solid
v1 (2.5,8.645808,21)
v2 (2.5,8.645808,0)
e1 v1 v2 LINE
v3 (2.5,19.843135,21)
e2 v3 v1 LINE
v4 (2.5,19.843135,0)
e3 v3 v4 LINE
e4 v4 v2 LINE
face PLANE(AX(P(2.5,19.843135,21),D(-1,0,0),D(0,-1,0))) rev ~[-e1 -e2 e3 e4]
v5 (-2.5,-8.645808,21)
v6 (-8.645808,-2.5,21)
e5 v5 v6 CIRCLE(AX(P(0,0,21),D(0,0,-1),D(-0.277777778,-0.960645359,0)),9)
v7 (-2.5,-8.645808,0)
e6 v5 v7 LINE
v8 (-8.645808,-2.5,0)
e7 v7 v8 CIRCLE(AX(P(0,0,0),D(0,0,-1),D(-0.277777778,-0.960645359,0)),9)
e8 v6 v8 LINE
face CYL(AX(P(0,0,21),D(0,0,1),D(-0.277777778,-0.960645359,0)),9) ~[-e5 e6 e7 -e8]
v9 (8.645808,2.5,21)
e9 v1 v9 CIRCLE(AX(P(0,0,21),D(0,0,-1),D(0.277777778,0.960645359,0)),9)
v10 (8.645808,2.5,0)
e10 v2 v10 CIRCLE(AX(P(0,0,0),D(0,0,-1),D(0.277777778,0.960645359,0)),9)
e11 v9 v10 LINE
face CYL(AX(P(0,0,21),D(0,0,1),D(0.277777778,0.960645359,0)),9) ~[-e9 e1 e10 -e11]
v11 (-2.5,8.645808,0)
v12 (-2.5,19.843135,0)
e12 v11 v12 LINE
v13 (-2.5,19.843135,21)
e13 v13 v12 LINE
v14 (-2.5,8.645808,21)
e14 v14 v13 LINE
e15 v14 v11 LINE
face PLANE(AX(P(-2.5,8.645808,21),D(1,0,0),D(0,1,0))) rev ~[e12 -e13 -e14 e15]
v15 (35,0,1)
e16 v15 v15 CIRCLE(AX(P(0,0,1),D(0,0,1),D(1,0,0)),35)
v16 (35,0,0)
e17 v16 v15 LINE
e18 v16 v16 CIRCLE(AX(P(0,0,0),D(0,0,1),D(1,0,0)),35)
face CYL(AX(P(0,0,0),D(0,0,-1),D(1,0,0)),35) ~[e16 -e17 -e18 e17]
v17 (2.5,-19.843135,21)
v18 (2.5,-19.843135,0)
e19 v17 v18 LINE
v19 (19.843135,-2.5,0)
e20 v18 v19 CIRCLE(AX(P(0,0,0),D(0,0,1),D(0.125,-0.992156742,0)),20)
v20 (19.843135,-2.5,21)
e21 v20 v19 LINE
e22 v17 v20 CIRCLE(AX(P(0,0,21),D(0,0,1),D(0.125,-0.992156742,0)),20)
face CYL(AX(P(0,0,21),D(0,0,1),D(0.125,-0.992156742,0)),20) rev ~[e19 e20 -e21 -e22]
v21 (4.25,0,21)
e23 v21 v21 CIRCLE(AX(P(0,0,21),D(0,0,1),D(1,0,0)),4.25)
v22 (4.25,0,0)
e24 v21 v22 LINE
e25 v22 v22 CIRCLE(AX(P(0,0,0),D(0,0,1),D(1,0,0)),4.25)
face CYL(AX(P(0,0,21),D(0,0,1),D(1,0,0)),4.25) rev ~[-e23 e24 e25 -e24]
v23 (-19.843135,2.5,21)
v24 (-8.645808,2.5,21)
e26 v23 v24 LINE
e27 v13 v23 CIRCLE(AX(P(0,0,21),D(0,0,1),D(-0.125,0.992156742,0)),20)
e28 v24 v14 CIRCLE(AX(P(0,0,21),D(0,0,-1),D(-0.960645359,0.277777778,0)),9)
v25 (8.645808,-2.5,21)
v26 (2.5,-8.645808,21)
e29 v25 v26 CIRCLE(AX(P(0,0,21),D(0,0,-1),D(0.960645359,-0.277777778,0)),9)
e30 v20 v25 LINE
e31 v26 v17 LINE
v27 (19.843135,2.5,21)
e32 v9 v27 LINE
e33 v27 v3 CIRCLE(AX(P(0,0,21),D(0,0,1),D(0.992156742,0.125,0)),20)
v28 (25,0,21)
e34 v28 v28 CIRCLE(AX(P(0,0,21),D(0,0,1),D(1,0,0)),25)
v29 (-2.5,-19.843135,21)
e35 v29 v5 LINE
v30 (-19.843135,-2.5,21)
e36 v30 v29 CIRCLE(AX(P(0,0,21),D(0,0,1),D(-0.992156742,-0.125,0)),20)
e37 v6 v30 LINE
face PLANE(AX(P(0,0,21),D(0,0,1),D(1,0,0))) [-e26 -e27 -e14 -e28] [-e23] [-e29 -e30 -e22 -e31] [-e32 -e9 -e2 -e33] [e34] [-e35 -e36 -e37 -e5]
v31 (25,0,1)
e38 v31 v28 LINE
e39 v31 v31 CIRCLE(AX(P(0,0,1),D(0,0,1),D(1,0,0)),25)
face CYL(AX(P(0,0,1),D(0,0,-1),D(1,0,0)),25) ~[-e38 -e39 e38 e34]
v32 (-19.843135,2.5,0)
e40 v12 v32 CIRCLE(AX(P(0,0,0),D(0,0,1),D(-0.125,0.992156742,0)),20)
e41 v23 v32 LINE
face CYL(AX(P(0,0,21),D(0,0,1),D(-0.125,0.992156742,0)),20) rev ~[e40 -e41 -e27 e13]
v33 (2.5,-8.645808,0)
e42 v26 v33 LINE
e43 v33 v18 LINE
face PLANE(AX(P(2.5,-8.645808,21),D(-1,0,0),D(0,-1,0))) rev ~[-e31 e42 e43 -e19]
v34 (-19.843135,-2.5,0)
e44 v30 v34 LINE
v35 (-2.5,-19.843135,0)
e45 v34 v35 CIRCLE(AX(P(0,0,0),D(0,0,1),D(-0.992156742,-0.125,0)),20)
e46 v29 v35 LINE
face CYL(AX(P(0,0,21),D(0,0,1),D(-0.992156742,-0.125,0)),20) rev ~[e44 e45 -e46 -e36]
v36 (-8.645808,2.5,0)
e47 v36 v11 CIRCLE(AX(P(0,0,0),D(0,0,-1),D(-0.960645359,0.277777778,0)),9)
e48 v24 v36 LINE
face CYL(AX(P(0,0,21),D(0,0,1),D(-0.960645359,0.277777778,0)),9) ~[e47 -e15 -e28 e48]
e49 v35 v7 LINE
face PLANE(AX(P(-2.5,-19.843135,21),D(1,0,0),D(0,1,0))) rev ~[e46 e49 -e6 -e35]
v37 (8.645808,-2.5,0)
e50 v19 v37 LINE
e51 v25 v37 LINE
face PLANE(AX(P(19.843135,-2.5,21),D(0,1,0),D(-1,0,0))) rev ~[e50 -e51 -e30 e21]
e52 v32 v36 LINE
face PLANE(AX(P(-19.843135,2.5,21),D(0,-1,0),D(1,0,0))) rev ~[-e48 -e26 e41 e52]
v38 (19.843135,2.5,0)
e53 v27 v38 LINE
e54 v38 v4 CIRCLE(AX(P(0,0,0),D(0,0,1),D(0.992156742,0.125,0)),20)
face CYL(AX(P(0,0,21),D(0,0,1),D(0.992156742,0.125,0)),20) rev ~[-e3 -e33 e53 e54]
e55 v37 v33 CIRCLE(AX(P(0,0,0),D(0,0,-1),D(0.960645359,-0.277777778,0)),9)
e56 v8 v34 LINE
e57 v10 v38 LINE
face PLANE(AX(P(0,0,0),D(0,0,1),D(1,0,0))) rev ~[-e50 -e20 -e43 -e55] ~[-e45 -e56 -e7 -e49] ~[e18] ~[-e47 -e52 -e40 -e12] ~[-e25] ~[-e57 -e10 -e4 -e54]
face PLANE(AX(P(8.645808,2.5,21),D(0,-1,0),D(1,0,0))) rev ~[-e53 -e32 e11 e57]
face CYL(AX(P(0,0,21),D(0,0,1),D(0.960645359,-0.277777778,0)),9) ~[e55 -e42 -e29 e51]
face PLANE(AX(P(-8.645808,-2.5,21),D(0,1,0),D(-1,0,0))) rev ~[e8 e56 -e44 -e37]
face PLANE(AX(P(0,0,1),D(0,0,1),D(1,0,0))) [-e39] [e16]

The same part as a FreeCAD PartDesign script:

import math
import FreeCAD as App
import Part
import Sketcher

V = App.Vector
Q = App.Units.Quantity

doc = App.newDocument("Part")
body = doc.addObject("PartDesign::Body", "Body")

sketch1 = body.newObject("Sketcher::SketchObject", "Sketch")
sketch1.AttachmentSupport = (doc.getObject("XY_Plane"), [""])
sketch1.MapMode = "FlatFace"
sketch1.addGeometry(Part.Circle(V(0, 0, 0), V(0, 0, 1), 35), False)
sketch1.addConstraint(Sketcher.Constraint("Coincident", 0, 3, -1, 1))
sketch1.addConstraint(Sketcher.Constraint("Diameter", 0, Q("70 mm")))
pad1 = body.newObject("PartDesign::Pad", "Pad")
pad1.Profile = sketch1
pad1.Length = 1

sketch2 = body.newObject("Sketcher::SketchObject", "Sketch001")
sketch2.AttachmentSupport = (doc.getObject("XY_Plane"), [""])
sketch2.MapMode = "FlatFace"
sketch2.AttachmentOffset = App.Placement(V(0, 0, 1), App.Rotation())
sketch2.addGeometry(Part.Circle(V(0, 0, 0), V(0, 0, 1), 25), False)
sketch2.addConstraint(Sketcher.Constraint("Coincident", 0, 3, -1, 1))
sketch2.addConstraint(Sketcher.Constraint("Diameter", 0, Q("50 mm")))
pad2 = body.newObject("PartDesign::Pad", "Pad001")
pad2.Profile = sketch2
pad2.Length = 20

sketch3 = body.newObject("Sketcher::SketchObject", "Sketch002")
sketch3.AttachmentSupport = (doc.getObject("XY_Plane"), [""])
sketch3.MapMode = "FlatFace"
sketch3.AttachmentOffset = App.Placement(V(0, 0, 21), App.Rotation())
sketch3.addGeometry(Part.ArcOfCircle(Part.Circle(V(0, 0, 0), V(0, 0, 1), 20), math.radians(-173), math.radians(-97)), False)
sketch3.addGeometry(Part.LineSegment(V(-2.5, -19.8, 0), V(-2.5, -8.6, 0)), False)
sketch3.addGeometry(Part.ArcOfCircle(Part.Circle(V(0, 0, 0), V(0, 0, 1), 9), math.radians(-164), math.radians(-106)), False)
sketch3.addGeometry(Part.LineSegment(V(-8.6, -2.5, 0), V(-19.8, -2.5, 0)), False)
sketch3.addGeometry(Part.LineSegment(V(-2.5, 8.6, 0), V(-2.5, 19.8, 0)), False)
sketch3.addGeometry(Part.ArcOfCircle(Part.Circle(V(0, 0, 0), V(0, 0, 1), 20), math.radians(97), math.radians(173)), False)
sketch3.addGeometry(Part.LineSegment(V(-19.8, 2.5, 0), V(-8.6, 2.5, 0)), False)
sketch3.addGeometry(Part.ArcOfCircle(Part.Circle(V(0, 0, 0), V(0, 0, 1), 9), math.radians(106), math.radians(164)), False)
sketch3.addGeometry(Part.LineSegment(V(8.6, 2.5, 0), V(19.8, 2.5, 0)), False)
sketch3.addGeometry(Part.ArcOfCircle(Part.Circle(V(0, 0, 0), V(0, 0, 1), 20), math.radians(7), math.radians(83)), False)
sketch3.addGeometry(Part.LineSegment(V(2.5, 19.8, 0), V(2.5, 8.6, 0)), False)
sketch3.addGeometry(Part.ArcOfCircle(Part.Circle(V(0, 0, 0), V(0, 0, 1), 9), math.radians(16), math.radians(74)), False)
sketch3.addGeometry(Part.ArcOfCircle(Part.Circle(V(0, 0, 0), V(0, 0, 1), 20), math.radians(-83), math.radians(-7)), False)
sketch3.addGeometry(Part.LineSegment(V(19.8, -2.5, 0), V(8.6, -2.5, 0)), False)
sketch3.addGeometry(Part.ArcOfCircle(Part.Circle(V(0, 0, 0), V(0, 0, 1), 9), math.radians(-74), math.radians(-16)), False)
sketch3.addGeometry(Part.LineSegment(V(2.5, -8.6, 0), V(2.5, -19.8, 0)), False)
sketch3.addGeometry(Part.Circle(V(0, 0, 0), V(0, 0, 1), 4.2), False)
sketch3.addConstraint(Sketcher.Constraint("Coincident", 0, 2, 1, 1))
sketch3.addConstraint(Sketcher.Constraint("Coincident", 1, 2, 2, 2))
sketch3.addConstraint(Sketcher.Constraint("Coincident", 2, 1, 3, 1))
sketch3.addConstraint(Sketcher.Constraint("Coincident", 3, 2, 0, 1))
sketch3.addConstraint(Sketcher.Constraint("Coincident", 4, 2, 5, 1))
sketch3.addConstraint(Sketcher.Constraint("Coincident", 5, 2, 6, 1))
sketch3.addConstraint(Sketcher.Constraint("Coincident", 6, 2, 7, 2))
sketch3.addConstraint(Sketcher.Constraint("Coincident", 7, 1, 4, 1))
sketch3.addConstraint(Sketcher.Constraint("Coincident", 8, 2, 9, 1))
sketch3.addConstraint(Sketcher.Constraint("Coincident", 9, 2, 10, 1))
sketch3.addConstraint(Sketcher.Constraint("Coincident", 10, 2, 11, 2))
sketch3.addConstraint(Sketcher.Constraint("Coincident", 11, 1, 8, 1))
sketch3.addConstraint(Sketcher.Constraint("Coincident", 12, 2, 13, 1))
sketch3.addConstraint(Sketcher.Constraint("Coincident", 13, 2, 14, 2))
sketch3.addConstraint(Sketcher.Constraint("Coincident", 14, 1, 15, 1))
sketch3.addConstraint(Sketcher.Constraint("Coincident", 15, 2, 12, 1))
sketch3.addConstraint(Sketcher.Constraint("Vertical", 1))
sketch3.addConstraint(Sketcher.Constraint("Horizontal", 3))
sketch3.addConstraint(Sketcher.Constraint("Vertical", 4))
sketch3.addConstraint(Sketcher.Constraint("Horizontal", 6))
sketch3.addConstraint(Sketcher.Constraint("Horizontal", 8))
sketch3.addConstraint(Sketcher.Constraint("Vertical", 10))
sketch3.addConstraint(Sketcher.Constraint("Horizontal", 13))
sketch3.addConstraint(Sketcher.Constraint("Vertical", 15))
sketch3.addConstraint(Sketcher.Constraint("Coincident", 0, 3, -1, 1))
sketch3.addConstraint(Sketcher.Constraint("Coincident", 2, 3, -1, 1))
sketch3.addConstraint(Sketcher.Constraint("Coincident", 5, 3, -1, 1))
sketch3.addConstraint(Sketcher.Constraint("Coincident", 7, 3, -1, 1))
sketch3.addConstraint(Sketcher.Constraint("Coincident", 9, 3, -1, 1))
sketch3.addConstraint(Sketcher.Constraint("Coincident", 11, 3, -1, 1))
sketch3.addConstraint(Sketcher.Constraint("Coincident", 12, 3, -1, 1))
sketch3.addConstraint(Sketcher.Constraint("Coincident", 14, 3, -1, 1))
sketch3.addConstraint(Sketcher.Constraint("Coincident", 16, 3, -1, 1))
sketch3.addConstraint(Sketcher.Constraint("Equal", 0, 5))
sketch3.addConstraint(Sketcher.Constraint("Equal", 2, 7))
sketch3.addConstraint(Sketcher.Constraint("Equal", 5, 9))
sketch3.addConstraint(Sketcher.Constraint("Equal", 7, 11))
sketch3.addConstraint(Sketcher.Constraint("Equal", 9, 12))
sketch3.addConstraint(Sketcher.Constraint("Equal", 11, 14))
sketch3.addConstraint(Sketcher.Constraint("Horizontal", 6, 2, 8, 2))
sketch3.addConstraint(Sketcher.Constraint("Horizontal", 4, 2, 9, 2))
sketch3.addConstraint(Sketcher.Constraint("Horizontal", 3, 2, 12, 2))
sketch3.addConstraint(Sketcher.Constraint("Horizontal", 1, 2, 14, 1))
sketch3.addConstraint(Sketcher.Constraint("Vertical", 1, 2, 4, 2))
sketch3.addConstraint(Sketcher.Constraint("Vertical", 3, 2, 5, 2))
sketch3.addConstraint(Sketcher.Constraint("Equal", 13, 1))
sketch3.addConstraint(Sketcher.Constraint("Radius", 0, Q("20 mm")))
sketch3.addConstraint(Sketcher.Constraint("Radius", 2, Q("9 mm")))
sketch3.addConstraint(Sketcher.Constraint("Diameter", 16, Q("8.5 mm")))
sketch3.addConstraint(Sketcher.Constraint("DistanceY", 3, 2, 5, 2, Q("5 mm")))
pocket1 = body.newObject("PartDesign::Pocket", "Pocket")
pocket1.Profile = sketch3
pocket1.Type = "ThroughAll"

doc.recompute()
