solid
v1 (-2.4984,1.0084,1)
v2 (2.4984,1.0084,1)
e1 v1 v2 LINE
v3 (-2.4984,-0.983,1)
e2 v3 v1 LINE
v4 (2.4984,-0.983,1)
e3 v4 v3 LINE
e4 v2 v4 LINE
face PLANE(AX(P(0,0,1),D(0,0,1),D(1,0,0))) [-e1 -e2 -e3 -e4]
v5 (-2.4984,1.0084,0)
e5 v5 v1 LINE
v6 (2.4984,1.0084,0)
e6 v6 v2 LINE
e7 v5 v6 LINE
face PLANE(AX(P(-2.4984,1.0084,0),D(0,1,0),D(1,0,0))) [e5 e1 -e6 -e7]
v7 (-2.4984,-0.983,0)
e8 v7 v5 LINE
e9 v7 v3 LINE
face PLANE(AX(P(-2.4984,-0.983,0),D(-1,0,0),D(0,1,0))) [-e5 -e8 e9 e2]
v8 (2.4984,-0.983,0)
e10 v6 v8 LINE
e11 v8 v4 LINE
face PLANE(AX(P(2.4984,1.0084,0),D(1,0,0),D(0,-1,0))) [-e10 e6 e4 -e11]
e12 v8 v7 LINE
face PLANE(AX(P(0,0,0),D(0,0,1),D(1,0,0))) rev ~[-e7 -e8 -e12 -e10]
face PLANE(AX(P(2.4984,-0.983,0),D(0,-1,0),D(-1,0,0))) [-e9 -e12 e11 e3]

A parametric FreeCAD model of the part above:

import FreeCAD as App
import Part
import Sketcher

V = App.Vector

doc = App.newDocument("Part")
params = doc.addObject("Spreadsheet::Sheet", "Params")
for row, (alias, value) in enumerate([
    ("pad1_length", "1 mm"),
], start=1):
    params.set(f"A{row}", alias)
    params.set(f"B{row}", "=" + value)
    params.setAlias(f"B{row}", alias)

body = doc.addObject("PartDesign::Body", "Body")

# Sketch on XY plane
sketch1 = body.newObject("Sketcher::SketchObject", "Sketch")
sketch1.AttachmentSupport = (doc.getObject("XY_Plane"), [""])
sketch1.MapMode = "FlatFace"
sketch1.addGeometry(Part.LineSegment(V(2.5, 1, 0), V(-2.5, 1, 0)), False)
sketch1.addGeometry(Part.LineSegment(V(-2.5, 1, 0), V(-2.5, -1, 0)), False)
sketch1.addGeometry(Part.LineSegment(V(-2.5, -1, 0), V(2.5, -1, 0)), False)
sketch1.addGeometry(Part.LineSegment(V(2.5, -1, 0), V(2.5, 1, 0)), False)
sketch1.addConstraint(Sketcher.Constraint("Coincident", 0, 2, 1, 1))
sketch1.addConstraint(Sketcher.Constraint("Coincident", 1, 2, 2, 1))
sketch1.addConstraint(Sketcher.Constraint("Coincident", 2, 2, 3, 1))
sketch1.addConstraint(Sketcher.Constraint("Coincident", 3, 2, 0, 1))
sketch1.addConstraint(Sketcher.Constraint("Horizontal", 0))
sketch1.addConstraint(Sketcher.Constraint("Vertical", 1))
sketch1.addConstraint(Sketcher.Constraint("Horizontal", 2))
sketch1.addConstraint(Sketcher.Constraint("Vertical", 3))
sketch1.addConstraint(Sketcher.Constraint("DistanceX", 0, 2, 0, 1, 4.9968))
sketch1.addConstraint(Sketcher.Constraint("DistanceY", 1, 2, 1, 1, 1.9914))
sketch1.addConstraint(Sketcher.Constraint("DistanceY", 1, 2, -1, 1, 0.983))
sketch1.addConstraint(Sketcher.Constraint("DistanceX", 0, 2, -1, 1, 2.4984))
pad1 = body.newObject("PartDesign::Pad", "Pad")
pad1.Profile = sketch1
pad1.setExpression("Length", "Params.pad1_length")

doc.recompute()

What you should do — Every line above from the line with "face PLANE(AX(P(2.5,19.843135,21),D(-1,0,0),D(0,-1,0))) rev" to the line with "e8 v6 v8 LINE" is wanted, ends included; write them out exactly and add no other line.

Exercise answer —
face PLANE(AX(P(2.5,19.843135,21),D(-1,0,0),D(0,-1,0))) rev ~[-e1 -e2 e3 e4]
v5 (-2.5,-8.645808,21)
v6 (-8.645808,-2.5,21)
e5 v5 v6 CIRCLE(AX(P(0,0,21),D(0,0,-1),D(-0.277777778,-0.960645359,0)),9)
v7 (-2.5,-8.645808,0)
e6 v5 v7 LINE
v8 (-8.645808,-2.5,0)
e7 v7 v8 CIRCLE(AX(P(0,0,0),D(0,0,-1),D(-0.277777778,-0.960645359,0)),9)
e8 v6 v8 LINE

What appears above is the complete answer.